[What to do] Only the lines from the start of the entries through the line with "#5=PRODUCT_DEFINITION_CONTEXT('',#1,'design');" are wanted; please output them exactly.
==== Records shown ====
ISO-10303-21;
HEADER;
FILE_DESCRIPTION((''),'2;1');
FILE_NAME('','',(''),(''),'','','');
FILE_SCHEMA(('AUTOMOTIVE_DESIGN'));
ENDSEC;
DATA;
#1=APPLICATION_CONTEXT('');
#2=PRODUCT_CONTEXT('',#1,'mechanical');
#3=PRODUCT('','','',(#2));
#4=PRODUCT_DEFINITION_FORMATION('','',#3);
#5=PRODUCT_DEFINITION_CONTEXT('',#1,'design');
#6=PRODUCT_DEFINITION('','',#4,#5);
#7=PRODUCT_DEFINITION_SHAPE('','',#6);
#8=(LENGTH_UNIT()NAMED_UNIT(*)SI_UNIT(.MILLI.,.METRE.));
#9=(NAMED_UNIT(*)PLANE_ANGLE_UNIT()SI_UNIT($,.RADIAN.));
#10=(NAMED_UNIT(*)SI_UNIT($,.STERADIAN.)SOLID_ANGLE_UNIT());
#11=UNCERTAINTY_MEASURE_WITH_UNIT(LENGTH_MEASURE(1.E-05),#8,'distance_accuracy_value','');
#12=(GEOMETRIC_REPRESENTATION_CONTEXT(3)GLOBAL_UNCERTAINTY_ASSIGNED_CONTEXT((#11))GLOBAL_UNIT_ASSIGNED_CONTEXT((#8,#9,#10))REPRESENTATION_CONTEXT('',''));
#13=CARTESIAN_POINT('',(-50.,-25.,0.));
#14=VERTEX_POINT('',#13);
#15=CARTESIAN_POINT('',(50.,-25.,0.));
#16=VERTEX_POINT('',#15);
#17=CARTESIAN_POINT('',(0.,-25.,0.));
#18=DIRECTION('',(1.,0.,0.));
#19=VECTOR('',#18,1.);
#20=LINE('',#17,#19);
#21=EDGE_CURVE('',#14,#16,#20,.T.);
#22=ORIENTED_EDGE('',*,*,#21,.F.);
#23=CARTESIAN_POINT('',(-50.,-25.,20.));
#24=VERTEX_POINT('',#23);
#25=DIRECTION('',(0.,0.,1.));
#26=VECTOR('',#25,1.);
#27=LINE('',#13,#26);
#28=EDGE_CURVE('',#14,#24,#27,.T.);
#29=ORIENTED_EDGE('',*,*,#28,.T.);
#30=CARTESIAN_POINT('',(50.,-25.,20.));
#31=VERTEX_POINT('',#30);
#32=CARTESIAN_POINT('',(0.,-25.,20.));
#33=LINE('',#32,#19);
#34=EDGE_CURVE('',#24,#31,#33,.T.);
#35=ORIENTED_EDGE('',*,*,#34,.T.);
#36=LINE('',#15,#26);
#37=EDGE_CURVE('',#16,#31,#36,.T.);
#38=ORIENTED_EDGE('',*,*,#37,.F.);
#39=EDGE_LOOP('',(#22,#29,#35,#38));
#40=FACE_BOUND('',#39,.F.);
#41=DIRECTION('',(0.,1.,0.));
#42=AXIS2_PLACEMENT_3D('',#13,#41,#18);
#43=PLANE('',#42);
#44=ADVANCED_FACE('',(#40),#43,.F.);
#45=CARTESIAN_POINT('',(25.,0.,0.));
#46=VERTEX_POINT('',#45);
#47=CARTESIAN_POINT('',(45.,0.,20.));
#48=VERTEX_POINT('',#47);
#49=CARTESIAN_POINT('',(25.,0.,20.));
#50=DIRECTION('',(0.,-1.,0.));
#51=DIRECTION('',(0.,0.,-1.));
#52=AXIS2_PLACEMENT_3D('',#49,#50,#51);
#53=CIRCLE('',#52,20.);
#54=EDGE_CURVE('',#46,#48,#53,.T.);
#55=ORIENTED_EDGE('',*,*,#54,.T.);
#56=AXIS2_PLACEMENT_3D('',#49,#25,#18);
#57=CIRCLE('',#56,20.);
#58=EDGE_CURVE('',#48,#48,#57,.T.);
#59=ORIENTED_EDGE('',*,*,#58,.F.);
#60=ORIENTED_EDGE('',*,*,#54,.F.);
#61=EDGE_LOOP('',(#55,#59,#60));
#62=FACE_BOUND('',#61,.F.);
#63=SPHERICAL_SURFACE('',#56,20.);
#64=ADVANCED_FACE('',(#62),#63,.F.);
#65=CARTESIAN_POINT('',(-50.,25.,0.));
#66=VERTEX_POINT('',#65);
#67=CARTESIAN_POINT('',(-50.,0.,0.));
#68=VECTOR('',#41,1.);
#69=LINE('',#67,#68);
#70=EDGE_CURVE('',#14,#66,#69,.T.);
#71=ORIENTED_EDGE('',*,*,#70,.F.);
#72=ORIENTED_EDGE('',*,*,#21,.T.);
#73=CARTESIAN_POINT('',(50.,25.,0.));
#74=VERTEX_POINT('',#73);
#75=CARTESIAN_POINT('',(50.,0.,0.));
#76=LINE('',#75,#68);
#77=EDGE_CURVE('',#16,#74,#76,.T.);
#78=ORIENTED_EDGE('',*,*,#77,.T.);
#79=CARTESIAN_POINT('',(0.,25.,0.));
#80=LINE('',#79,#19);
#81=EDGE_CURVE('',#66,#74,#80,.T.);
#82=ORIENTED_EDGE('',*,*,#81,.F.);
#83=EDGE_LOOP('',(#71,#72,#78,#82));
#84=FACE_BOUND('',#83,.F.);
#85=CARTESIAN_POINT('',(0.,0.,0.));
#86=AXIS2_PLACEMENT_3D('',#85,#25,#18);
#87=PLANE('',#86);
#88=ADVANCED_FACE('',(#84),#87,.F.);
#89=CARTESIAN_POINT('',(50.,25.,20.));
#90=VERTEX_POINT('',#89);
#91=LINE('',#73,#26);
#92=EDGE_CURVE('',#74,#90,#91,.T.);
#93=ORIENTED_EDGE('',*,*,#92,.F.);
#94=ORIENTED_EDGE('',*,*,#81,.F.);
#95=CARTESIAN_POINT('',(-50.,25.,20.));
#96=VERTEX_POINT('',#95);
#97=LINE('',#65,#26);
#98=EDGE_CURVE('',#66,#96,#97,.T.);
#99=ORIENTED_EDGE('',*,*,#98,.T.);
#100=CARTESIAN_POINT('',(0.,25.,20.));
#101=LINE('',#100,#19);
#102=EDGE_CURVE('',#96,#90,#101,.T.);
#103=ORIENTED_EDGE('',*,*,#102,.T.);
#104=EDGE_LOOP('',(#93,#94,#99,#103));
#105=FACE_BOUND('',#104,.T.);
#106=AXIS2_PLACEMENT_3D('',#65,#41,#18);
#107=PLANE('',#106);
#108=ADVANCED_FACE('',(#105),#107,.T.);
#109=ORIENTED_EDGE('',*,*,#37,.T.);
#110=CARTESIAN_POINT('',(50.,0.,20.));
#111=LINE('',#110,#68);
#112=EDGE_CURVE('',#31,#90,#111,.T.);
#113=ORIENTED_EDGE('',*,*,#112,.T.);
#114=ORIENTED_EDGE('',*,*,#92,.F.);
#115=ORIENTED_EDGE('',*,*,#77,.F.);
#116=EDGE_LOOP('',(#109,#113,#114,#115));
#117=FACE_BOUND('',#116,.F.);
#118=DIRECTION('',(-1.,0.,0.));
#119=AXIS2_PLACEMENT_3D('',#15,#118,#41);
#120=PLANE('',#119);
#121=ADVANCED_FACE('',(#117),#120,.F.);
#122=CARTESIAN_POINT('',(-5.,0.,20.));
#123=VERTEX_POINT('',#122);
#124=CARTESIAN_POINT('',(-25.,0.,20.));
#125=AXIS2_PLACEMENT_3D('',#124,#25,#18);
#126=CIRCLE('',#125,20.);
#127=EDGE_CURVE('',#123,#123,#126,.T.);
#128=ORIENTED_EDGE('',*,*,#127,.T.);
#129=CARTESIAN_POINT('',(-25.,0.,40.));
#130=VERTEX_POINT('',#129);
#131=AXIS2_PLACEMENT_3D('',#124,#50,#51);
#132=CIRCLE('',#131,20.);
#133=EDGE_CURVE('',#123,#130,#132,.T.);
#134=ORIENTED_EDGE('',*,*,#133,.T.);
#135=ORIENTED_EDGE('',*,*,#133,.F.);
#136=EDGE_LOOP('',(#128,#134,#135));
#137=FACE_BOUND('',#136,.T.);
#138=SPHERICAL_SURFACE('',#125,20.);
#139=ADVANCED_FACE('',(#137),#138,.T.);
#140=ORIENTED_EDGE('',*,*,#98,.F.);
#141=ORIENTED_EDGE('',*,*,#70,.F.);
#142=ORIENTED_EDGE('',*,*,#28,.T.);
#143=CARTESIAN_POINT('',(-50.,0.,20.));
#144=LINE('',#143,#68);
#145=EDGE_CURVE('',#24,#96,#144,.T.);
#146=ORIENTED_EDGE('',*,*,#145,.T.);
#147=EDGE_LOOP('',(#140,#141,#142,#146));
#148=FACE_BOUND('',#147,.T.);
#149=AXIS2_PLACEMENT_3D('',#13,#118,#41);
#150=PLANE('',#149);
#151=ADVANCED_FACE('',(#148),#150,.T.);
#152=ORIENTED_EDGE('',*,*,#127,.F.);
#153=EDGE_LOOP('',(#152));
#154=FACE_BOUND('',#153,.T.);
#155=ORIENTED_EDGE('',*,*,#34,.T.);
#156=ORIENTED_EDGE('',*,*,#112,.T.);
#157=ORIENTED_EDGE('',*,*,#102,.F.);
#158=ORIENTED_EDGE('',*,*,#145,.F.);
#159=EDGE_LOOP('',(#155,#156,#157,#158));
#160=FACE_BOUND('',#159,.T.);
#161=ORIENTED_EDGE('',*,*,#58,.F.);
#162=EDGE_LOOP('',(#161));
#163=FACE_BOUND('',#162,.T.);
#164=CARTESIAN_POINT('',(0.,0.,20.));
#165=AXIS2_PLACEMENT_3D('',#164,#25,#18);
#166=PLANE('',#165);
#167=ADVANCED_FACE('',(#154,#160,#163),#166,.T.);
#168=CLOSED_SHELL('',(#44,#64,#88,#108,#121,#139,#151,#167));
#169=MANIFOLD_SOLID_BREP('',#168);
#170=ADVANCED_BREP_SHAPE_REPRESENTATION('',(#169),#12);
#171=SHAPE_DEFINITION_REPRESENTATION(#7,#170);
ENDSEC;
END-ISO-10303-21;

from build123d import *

# Parameters (mm, degrees)
SKETCH_W  = 100
SKETCH_H  = 50
PAD_DEPTH = 20


with BuildPart() as part:
    # Sketch → Pad (new body)
    with BuildSketch(Plane.XY):
        Rectangle(SKETCH_W, SKETCH_H)
    extrude(amount=PAD_DEPTH)

    # Sphere → Sphere (revolve)
    with BuildSketch(Plane(origin=(-25, 0, 20), x_dir=(1, 0, 0), z_dir=(0, -1, 0))):
        with BuildLine():
            ThreePointArc((0, -20), (20, 0), (0, 20))
            Line((0, 20), (0, -20))
        make_face()
    revolve(axis=Axis((-25, 0, 20), (0, 0, 1)))

    # Sphere001 → Sphere001 (revolve, cut)
    with BuildSketch(Plane(origin=(25, 0, 20), x_dir=(1, 0, 0), z_dir=(0, -1, 0))):
        with BuildLine():
            ThreePointArc((0, -20), (20, 0), (0, 20))
            Line((0, 20), (0, -20))
        make_face()
    revolve(axis=Axis((25, 0, 20), (0, 0, 1)), mode=Mode.SUBTRACT)


solid = part.part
====
[Answer space]
ISO-10303-21;
HEADER;
FILE_DESCRIPTION((''),'2;1');
FILE_NAME('','',(''),(''),'','','');
FILE_SCHEMA(('AUTOMOTIVE_DESIGN'));
ENDSEC;
DATA;
#1=APPLICATION_CONTEXT('');
#2=PRODUCT_CONTEXT('',#1,'mechanical');
#3=PRODUCT('','','',(#2));
#4=PRODUCT_DEFINITION_FORMATION('','',#3);
#5=PRODUCT_DEFINITION_CONTEXT('',#1,'design');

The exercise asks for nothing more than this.